# Soldeering iron....which one?



## johnboy (Dec 28, 2018)

For a long time I have used a soldering gun for wiring repairs….it’s heavy and cumbersome so time







to get something easier to use.

I got the one pictured but now wonder if it is powerful enough for working on train/tender/loco/transformer wiring.

I also saw a 40 watt. 900 degree type, and a variable temp kit that goes up to 900 degrees

Anything I hate is buying something not powerful enough and having to go back later and get one that is.

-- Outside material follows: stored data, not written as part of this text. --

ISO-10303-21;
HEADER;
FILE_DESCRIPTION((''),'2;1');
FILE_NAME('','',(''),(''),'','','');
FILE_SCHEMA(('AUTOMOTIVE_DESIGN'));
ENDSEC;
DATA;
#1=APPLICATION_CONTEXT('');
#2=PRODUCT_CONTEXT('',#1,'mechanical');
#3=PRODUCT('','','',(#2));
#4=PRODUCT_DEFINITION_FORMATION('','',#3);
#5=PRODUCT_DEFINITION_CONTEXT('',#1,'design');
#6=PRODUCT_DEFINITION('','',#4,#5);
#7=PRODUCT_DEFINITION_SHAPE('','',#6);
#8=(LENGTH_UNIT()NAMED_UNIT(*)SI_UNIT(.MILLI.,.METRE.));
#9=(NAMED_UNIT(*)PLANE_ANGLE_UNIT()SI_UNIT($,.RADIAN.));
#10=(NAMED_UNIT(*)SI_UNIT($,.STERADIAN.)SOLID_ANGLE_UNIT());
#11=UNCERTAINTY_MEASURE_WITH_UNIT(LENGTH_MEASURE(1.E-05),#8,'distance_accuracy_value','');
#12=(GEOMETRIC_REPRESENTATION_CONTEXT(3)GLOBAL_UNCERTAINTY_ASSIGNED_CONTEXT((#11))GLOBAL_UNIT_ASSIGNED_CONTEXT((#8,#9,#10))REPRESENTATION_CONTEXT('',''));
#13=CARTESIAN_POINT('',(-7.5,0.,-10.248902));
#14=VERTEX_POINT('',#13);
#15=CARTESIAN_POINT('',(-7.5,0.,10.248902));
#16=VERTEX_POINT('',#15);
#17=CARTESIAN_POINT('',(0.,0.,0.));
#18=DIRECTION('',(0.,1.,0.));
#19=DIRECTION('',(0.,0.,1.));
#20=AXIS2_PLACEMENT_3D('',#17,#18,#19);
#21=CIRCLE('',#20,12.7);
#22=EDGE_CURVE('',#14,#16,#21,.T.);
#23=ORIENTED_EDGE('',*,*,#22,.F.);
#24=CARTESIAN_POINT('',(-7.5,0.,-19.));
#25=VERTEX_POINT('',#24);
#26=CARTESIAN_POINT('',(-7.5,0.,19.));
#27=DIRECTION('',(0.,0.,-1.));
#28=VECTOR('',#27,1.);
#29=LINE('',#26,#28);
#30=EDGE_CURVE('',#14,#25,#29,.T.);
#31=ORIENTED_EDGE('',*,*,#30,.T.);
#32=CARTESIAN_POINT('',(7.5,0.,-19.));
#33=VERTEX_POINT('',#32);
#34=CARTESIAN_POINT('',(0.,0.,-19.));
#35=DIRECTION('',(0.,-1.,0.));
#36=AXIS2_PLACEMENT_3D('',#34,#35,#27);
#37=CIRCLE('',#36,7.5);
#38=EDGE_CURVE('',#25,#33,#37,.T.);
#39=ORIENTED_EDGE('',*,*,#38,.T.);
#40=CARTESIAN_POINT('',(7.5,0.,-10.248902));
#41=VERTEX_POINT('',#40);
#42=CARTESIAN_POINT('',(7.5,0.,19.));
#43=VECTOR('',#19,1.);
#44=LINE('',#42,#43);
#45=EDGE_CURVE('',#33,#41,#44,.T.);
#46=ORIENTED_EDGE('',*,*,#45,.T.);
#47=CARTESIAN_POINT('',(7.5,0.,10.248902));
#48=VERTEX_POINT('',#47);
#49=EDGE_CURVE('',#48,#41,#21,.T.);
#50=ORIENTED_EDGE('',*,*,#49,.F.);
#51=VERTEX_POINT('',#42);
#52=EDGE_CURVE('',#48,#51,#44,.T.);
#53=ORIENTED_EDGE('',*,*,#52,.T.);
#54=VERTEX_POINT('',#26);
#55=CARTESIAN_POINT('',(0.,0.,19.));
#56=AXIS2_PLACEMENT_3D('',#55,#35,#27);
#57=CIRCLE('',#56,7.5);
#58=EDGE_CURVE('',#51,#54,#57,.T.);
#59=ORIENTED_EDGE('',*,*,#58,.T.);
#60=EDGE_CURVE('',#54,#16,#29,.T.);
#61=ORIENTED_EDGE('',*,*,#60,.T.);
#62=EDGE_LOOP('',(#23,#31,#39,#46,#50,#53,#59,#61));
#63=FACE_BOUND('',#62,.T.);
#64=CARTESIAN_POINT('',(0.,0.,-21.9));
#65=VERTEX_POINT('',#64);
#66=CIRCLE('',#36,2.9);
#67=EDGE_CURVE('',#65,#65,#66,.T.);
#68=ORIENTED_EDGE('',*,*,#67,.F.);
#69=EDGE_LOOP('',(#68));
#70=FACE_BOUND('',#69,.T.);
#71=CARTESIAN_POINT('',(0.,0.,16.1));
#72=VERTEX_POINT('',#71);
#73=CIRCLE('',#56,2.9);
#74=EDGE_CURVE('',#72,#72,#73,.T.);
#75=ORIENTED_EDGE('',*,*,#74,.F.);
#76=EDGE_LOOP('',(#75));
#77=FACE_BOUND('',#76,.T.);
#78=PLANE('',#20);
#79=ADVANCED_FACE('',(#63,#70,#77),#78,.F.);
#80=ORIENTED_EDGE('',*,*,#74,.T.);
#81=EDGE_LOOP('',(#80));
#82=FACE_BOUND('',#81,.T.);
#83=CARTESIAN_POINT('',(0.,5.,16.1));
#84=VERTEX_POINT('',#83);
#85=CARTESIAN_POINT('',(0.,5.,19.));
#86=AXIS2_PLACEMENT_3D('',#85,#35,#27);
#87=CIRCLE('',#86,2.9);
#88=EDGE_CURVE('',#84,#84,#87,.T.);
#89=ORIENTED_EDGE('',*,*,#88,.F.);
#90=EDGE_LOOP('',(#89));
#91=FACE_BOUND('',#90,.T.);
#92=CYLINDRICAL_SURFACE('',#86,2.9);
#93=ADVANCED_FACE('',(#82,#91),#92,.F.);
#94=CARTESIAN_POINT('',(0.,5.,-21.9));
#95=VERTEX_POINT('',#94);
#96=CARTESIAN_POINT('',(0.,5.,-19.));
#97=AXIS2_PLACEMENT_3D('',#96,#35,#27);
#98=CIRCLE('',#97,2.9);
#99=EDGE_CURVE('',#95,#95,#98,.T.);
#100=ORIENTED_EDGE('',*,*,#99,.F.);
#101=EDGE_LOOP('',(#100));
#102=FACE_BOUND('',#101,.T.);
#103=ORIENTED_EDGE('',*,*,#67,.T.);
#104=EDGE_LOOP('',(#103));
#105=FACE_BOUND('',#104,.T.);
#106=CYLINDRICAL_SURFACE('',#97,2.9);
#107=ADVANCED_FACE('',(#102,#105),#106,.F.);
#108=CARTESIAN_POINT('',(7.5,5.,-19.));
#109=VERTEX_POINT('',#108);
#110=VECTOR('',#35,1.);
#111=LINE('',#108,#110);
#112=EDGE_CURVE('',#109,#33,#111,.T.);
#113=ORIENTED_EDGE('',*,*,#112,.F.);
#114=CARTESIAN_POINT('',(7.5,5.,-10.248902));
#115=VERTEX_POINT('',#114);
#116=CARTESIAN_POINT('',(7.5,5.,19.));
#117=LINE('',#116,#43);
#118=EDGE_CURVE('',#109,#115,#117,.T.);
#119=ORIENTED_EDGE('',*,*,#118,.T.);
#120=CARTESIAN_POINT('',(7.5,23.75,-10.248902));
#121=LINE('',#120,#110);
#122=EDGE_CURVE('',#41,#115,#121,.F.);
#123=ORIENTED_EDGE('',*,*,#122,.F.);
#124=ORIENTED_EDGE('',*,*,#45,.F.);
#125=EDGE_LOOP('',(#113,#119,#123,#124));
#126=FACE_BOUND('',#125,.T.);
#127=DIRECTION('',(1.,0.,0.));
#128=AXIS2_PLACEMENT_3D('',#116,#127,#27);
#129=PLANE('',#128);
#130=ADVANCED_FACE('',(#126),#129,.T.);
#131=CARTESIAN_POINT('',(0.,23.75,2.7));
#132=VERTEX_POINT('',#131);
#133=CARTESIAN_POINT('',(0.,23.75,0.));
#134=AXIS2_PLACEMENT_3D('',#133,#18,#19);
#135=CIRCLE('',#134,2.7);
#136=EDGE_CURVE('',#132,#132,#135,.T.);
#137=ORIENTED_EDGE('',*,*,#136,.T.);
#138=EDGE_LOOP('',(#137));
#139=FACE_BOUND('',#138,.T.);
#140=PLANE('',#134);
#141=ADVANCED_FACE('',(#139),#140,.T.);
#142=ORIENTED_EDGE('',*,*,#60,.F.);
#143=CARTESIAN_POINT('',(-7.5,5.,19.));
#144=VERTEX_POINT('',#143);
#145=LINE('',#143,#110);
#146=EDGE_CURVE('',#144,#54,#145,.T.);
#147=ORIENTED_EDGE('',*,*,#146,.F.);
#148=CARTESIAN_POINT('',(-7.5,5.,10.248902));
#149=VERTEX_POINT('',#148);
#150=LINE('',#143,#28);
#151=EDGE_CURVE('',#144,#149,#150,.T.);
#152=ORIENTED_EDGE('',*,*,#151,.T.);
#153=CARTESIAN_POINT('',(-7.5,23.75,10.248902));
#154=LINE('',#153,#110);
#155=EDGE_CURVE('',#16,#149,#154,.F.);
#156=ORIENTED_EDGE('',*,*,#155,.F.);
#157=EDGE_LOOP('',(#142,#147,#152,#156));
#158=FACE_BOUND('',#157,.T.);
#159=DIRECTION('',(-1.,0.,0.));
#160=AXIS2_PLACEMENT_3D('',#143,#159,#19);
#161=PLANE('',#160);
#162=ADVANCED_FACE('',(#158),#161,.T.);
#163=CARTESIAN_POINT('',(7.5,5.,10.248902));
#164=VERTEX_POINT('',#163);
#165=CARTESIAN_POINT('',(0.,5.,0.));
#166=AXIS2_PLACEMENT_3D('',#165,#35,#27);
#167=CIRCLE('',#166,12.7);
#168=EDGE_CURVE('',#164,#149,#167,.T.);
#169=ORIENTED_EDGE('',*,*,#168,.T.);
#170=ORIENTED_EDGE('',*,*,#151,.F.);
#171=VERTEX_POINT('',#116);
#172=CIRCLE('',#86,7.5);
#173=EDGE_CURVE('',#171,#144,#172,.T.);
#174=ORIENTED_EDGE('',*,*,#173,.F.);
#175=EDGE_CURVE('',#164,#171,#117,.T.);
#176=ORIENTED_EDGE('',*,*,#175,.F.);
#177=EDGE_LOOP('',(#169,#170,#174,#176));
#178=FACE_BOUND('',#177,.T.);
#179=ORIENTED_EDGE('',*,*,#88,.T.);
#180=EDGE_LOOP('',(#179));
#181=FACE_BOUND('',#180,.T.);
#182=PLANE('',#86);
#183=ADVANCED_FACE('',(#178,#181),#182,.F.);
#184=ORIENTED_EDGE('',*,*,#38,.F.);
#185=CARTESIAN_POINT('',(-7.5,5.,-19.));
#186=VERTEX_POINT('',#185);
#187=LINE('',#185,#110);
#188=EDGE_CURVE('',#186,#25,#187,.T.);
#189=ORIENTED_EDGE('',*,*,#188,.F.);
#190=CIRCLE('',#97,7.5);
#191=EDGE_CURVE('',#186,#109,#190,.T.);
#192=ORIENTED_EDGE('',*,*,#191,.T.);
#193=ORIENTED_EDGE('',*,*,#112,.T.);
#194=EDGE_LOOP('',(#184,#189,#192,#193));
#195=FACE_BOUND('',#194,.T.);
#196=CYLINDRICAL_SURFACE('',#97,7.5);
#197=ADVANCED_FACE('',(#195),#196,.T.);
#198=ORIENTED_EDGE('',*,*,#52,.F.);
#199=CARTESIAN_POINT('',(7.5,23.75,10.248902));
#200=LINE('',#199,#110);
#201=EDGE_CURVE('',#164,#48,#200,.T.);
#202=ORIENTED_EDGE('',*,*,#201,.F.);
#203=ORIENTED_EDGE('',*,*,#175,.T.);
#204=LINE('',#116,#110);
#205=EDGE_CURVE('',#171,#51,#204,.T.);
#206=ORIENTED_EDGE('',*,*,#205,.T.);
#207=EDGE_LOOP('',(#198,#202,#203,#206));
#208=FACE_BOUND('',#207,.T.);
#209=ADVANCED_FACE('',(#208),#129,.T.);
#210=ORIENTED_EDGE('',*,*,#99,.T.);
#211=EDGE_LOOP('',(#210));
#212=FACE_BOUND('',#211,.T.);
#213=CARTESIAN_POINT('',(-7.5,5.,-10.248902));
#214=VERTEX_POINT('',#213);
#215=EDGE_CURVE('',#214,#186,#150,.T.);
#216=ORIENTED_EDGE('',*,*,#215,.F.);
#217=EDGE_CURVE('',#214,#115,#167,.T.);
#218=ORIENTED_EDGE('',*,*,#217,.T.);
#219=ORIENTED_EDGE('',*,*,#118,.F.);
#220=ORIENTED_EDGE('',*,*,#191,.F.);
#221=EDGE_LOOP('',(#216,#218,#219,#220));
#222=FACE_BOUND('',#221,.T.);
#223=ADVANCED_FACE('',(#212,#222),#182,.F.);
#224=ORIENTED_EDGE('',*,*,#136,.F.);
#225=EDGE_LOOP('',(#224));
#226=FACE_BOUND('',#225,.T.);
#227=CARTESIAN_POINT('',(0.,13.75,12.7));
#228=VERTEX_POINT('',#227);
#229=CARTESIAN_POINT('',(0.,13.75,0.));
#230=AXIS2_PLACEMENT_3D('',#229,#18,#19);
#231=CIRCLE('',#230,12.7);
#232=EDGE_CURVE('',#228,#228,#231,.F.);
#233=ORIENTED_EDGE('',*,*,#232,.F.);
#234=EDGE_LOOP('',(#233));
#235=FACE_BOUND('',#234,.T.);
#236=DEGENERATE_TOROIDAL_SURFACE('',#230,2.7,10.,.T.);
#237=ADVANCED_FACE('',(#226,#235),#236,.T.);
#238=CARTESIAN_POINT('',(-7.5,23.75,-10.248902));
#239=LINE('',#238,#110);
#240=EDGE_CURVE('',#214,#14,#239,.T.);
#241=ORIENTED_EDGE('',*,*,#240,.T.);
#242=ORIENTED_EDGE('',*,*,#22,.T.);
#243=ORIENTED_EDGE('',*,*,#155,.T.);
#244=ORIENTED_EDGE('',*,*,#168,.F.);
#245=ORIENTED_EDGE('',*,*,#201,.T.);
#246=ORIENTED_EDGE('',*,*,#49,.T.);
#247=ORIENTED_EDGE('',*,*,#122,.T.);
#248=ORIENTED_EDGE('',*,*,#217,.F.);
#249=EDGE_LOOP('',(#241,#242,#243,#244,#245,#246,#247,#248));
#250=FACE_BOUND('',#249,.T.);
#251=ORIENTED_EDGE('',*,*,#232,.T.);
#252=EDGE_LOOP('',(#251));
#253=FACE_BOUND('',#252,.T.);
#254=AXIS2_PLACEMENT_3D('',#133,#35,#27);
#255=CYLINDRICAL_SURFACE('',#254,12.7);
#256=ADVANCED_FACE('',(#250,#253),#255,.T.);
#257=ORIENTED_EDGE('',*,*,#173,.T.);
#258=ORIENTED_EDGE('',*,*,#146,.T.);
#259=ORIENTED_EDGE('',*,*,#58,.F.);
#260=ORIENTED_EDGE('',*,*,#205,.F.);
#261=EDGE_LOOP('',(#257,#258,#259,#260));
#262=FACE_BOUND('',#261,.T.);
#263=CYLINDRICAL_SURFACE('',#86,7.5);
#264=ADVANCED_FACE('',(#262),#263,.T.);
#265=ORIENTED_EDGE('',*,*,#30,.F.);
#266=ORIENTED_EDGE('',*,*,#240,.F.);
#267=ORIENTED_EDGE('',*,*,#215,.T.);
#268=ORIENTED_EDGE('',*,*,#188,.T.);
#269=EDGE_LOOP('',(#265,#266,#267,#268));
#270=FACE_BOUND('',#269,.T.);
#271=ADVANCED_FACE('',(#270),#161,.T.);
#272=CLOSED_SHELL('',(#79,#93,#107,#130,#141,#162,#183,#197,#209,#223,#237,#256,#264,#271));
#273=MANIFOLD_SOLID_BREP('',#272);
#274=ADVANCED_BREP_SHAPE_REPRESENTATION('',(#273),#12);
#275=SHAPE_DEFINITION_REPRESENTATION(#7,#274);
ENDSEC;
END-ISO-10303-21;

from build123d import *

# Parameters (mm, degrees)
SKETCH1_R           = 12.7
BOSS_EXTRUDE1_DEPTH = 23.75
FILLET1_R           = 10
SKETCH2_R           = 2.9
BOSS_EXTRUDE2_DEPTH = 5


with BuildPart() as part:
    # Sketch1 → Boss-Extrude1 (new body)
    with BuildSketch(Plane(origin=(0, 0, 0), x_dir=(1, 0, 0), z_dir=(0, 1, 0))):
        with Locations(Location((0, 0, 0), (0, 0, 270))):
            Circle(SKETCH1_R)
    extrude(amount=BOSS_EXTRUDE1_DEPTH)

    # Fillet1
    fillet1_edges = [part.edges().sort_by_distance(p)[0] for p in [
        (0, 23.75, -12.7),
    ]]
    fillet(fillet1_edges, radius=FILLET1_R)

    # Sketch2 → Boss-Extrude2 (add)
    with BuildSketch(Plane.XZ):
        with BuildLine():
            Line((7.5, 19), (7.5, -19))
            ThreePointArc((7.5, -19), (0, -26.5), (-7.5, -19))
            Line((-7.5, -19), (-7.5, 19))
            ThreePointArc((-7.5, 19), (0, 26.5), (7.5, 19))
        make_face()
        with Locations(Location((0, 19, 0), (0, 0, 270))):
            Circle(SKETCH2_R, mode=Mode.SUBTRACT)
        with Locations(Location((0, -19, 0), (0, 0, 270))):
            Circle(SKETCH2_R, mode=Mode.SUBTRACT)
    extrude(amount=-BOSS_EXTRUDE2_DEPTH)


solid = part.part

What do you think? Did I get the wrong one?









Thanks.


----------



## Lehigh74 (Sep 25, 2015)

I have an old Weller 25W soldering iron. Works fine for all kinds of wiring.


----------



## MichaelE (Mar 7, 2018)

I prefer a 30 watt.


----------



## johnboy (Dec 28, 2018)

The more I think about it and looking at the comments, I'm more leaning toward the variable rate iron.


----------



## Lemonhawk (Sep 24, 2013)

40 watts is probably over the top. If you do any electronic component soldering, the you probably want something that is temperature controlled (more bucks). I use a Hakko fx 888d, just because it was what the teck's at work used.


----------



## DonR (Oct 18, 2012)

I used a 25 watt iron for years on my room size HO DCC layout. it is.just right for soldering drops to rails as well
as wire to wire. It's also light and easy to handle; The key thing is to learn how to use flux both liquid and paste. It helps
to do some practice 'soldleriing' to get the touch timing correct,

Don


----------



## flyboy2610 (Jan 20, 2010)

For soldering at the workbench, I use a Weller WLC100 soldering station. They're not too expensive and work very well. For soldering decoders and other electronics work, keep the heat on about the middle of the dial. For heavier duty soldering, turn the heat up. For extreme jobs, use the soldering gun you already have.








Weller 5-Watt to 40-Watt Soldering Station WLC100 - The Home Depot


The Weller 5-Watt to 40-Watt Soldering Station is ideal for hobbyists, DIYers and students. The 40-Watt soldering iron is lightweight with a cushioned foam grip, that has a grip replacement heating element.



www.homedepot.com





For soldering feeders and rail joiners, I use a Wall Lenk L40 40 watt iron.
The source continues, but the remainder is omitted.